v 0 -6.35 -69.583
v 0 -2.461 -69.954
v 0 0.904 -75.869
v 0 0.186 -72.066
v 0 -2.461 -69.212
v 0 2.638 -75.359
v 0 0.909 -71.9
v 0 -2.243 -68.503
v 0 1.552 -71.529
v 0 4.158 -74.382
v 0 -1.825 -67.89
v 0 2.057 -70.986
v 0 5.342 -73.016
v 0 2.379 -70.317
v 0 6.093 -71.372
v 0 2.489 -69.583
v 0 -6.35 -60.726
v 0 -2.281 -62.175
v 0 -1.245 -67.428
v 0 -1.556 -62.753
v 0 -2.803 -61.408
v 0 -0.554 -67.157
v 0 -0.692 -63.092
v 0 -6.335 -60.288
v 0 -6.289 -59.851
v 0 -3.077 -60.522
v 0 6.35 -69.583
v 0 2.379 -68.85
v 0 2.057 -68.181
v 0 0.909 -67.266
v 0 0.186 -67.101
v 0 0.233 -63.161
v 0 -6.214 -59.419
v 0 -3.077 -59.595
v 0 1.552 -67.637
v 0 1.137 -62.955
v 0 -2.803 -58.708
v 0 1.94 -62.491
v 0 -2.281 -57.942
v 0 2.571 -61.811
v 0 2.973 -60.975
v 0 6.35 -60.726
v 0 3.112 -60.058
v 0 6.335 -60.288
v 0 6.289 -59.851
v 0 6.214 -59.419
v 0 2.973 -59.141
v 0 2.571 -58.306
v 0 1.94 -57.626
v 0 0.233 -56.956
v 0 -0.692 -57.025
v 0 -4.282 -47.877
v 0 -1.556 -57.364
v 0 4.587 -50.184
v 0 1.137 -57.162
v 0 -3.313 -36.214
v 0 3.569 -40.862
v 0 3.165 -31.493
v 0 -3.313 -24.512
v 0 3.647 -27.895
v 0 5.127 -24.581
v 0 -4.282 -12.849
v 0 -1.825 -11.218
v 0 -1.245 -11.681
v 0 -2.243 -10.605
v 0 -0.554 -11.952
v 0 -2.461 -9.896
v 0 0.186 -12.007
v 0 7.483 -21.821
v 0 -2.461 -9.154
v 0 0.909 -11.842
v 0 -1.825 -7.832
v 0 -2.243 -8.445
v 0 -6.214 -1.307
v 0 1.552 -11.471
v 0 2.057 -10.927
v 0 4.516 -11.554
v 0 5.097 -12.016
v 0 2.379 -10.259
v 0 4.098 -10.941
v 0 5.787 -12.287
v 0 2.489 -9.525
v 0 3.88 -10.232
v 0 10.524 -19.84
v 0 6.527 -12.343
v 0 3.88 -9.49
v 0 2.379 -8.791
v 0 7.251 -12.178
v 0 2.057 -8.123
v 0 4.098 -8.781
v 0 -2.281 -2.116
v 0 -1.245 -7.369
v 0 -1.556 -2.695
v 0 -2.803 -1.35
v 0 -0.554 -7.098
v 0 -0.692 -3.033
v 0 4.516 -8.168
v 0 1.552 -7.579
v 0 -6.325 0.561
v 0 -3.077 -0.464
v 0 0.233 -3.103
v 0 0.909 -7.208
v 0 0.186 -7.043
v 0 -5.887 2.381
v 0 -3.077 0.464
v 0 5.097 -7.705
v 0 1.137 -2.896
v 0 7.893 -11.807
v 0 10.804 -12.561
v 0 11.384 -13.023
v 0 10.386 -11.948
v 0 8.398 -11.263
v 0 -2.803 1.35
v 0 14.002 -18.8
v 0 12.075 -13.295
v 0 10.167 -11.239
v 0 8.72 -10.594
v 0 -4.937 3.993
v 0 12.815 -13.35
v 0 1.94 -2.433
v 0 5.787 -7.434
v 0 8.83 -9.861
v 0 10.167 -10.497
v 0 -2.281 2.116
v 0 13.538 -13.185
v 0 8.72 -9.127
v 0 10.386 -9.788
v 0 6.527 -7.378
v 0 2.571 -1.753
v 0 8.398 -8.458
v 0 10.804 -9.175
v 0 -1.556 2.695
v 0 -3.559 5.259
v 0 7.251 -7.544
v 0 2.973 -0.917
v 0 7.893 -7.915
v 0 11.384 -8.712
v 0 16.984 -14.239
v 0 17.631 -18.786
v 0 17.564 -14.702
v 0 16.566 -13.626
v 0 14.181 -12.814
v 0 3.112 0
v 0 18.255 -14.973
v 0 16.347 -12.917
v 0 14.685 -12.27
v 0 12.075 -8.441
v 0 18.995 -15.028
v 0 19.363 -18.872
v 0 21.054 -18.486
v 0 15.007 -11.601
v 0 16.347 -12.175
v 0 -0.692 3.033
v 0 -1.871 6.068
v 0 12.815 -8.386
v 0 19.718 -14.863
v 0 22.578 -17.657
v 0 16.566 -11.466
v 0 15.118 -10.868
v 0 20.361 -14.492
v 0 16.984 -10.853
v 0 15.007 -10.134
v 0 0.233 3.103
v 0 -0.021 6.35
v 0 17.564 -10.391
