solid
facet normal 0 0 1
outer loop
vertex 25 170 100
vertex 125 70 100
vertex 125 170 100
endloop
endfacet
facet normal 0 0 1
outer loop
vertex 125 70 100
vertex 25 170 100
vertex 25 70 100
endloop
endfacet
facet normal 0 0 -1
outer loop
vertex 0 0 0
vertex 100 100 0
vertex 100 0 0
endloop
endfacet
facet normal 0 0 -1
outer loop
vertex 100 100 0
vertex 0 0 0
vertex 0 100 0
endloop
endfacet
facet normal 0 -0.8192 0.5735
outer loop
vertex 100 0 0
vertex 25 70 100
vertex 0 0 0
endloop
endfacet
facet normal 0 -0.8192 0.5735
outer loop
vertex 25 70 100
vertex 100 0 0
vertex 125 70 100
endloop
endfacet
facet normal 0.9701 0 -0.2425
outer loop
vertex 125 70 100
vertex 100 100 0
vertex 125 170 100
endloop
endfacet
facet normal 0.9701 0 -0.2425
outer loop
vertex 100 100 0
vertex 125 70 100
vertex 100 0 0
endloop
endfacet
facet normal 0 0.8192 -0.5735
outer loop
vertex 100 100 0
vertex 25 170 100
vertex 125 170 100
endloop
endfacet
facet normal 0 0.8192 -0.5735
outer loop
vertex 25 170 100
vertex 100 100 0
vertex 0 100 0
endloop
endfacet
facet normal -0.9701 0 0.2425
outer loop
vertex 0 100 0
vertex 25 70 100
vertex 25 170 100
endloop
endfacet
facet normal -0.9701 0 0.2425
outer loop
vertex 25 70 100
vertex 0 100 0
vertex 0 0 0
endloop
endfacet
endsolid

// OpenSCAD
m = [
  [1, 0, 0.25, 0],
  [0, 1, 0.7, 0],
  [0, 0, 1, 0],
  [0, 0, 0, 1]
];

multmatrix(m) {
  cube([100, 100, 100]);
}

=======

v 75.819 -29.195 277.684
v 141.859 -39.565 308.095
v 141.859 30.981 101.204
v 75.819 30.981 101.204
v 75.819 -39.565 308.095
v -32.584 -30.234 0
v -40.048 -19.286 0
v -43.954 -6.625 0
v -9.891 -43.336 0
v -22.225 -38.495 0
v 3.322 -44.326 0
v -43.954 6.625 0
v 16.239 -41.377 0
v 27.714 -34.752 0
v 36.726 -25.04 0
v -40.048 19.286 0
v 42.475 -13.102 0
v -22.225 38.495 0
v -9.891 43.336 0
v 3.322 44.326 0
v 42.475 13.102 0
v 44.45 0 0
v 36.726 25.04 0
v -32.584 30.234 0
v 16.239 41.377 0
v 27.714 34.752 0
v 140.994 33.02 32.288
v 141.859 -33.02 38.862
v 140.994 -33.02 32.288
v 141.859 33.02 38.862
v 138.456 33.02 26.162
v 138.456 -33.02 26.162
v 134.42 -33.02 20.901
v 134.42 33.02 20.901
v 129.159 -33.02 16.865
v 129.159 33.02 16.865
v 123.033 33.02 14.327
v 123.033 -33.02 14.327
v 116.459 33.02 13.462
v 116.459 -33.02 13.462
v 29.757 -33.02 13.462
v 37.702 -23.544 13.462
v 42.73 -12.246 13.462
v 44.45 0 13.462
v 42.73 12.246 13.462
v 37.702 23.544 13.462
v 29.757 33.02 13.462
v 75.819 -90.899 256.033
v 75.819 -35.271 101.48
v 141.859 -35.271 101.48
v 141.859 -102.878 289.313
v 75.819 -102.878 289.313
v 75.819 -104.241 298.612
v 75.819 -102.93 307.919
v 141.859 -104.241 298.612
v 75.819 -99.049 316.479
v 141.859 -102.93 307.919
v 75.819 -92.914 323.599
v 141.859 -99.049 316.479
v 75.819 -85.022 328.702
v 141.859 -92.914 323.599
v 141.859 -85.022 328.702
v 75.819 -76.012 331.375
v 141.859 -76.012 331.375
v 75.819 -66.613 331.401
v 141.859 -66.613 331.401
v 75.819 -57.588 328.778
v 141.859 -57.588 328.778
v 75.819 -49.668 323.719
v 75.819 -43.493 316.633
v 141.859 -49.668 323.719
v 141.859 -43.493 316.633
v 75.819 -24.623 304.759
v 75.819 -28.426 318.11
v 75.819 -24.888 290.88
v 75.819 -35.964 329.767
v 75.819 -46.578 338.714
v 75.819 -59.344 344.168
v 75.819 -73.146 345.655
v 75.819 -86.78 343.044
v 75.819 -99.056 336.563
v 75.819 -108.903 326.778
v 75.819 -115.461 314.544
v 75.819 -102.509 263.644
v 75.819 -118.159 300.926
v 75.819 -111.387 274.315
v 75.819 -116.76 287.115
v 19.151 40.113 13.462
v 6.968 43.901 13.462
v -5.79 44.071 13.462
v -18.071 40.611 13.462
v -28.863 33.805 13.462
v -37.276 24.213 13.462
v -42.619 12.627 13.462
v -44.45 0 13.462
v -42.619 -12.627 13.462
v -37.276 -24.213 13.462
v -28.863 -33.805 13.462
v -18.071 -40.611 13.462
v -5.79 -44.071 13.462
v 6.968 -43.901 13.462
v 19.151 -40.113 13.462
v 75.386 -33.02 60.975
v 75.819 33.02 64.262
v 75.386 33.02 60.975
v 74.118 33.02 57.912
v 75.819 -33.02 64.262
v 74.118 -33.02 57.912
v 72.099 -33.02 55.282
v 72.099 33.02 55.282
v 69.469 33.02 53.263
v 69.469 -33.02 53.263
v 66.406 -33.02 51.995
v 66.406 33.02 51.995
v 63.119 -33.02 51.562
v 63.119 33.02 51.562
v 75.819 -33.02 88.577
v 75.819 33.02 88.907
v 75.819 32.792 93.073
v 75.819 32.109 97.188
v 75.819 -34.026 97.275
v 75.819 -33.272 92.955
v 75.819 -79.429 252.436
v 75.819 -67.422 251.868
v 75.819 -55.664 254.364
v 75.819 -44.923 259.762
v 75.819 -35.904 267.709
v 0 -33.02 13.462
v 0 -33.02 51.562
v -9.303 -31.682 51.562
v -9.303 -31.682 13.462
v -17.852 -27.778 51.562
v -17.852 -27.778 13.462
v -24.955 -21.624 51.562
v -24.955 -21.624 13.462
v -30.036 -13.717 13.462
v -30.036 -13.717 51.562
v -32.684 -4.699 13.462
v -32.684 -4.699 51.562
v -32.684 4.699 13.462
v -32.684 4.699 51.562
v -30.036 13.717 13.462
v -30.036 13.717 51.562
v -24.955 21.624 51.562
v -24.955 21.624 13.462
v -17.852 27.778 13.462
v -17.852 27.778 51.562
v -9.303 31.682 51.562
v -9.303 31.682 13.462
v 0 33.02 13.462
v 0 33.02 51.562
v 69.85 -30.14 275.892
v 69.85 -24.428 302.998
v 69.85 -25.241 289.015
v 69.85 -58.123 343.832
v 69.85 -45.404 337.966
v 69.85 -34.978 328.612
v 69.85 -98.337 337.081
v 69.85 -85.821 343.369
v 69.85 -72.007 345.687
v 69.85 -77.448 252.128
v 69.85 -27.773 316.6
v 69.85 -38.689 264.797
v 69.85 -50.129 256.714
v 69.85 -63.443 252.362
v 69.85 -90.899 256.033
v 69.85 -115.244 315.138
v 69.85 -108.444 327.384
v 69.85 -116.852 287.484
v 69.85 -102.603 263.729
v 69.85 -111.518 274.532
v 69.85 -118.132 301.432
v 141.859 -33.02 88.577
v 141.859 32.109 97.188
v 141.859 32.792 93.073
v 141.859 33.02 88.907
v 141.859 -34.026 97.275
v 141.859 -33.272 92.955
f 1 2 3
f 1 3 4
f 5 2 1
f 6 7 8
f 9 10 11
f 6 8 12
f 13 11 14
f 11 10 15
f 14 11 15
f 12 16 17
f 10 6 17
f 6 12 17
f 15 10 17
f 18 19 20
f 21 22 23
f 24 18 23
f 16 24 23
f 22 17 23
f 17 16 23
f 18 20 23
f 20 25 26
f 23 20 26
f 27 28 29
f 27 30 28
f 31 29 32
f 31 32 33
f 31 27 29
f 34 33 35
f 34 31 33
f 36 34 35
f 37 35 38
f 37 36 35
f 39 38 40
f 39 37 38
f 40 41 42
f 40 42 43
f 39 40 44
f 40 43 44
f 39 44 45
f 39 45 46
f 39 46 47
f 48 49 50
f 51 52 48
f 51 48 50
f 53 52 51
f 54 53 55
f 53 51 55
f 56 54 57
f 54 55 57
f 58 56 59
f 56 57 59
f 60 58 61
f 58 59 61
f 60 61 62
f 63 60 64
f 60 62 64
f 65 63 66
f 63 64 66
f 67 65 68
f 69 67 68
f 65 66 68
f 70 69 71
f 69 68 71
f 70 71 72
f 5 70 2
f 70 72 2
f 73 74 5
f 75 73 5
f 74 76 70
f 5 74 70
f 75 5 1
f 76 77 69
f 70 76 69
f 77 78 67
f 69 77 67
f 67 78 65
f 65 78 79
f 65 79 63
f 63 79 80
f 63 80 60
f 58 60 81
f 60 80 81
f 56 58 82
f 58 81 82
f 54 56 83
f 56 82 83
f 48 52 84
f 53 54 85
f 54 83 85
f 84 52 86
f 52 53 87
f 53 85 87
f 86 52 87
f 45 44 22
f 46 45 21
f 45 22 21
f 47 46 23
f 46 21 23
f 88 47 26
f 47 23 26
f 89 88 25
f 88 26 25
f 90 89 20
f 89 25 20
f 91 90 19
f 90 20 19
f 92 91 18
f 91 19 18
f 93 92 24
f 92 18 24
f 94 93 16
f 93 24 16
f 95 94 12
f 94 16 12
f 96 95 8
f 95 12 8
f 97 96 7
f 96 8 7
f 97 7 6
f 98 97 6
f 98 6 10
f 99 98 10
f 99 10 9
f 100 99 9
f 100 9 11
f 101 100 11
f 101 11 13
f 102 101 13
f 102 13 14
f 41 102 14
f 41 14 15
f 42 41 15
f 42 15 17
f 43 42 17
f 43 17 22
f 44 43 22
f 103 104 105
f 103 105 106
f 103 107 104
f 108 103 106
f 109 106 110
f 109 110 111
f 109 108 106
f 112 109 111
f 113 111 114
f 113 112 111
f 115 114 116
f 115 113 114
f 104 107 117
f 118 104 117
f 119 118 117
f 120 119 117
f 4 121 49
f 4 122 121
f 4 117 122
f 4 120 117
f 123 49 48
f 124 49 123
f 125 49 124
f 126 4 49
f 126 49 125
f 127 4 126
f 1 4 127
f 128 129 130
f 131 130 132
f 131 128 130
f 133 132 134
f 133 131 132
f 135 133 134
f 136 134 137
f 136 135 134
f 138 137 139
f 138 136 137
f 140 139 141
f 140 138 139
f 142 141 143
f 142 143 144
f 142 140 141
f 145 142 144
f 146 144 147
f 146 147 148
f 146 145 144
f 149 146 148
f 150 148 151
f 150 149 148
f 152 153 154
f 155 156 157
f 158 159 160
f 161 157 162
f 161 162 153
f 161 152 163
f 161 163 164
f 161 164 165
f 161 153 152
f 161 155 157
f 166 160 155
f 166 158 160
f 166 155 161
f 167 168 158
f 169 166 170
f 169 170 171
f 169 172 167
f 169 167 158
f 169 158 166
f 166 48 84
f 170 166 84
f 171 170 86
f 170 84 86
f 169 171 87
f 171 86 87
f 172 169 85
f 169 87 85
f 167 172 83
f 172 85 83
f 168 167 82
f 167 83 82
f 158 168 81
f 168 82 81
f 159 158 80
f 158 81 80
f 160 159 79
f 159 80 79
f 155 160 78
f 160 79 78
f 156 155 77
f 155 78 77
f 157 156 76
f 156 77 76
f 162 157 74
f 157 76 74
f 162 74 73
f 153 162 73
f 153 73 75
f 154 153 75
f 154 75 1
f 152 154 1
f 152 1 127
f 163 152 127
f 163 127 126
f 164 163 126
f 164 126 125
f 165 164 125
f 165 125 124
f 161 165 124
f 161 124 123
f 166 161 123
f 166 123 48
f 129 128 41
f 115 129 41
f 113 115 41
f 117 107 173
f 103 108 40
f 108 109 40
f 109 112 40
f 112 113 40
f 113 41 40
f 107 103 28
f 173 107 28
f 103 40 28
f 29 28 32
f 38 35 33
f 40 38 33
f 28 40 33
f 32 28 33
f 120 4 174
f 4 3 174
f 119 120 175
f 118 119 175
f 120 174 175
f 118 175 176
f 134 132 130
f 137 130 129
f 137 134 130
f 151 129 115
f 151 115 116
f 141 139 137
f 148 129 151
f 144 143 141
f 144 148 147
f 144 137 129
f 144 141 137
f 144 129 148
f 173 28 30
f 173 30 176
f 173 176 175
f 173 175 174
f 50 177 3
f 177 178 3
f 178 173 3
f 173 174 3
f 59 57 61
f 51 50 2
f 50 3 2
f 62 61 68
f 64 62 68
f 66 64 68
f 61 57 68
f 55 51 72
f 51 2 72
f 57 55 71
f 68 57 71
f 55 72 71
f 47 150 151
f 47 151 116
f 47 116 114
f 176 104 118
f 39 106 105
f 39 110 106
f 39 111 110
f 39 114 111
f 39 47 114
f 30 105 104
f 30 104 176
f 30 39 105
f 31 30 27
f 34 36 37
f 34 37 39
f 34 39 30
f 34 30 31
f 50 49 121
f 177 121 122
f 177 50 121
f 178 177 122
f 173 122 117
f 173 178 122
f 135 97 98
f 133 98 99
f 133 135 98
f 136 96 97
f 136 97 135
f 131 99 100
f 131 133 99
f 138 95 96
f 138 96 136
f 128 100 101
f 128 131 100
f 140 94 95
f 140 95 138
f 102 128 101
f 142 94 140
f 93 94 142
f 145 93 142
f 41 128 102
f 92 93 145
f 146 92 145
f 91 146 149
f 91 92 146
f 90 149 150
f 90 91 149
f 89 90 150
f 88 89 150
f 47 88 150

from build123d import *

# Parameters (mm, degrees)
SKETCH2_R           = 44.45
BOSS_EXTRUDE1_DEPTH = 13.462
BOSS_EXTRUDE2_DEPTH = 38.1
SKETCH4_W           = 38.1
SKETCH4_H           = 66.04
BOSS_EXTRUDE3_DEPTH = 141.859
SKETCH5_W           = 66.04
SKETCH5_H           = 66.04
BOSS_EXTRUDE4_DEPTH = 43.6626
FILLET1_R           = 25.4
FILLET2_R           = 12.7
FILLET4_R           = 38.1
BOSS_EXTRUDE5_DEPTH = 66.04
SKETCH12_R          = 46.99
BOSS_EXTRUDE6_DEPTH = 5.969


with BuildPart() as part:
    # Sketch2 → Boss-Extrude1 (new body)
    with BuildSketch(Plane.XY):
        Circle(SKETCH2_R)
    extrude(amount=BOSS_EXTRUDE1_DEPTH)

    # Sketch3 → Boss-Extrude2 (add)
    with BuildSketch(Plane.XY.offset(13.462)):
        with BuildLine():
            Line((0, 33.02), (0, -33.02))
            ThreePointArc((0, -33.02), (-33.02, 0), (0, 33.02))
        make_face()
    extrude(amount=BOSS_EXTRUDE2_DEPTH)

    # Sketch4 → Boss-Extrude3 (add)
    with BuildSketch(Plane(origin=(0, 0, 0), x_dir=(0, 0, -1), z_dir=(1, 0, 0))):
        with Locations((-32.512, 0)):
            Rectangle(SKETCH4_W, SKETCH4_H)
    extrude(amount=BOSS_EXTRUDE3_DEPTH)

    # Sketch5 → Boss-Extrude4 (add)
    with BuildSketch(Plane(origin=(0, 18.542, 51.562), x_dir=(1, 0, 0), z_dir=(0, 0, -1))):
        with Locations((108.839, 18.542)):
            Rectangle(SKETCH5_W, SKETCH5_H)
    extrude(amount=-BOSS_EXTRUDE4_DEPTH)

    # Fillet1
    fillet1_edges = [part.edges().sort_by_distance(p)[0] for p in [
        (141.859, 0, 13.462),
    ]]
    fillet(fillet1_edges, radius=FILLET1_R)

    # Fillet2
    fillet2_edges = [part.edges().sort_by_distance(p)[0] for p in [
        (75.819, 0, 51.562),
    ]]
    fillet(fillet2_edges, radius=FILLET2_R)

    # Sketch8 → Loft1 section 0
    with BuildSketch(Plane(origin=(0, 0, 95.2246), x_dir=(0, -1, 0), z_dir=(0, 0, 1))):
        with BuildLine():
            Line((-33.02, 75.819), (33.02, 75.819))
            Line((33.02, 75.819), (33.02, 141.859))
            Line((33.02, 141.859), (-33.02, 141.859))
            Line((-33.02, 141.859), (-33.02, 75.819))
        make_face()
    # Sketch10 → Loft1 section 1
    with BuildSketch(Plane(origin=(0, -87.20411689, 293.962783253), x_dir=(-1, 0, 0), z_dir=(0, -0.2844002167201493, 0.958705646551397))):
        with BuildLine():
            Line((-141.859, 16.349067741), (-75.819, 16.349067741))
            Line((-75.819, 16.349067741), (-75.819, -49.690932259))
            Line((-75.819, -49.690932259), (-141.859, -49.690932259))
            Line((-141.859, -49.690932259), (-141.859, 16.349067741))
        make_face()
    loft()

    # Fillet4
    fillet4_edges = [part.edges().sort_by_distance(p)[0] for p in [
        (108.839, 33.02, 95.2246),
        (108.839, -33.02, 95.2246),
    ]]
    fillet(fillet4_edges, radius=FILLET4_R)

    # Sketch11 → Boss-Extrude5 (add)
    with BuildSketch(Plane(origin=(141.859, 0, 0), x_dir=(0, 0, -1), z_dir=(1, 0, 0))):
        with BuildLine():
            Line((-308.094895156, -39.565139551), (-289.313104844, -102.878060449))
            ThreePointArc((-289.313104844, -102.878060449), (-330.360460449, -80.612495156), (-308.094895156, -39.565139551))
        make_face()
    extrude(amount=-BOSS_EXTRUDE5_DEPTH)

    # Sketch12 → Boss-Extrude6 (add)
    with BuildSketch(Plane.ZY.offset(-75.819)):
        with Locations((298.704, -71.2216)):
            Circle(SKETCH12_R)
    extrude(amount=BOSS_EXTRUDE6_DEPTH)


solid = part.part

=======

== Work request ==
Exact duplication is required for the lines above, from the line that contains "v 0 6.35 -69.583" to the line that contains "v 0 6.214 -59.419", inclusive; omit all others.

== Response to the task ==
v 0 6.35 -69.583
v 0 2.379 -68.85
v 0 2.057 -68.181
v 0 0.909 -67.266
v 0 0.186 -67.101
v 0 0.233 -63.161
v 0 -6.214 -59.419
v 0 -3.077 -59.595
v 0 1.552 -67.637
v 0 1.137 -62.955
v 0 -2.803 -58.708
v 0 1.94 -62.491
v 0 -2.281 -57.942
v 0 2.571 -61.811
v 0 2.973 -60.975
v 0 6.35 -60.726
v 0 3.112 -60.058
v 0 6.335 -60.288
v 0 6.289 -59.851
v 0 6.214 -59.419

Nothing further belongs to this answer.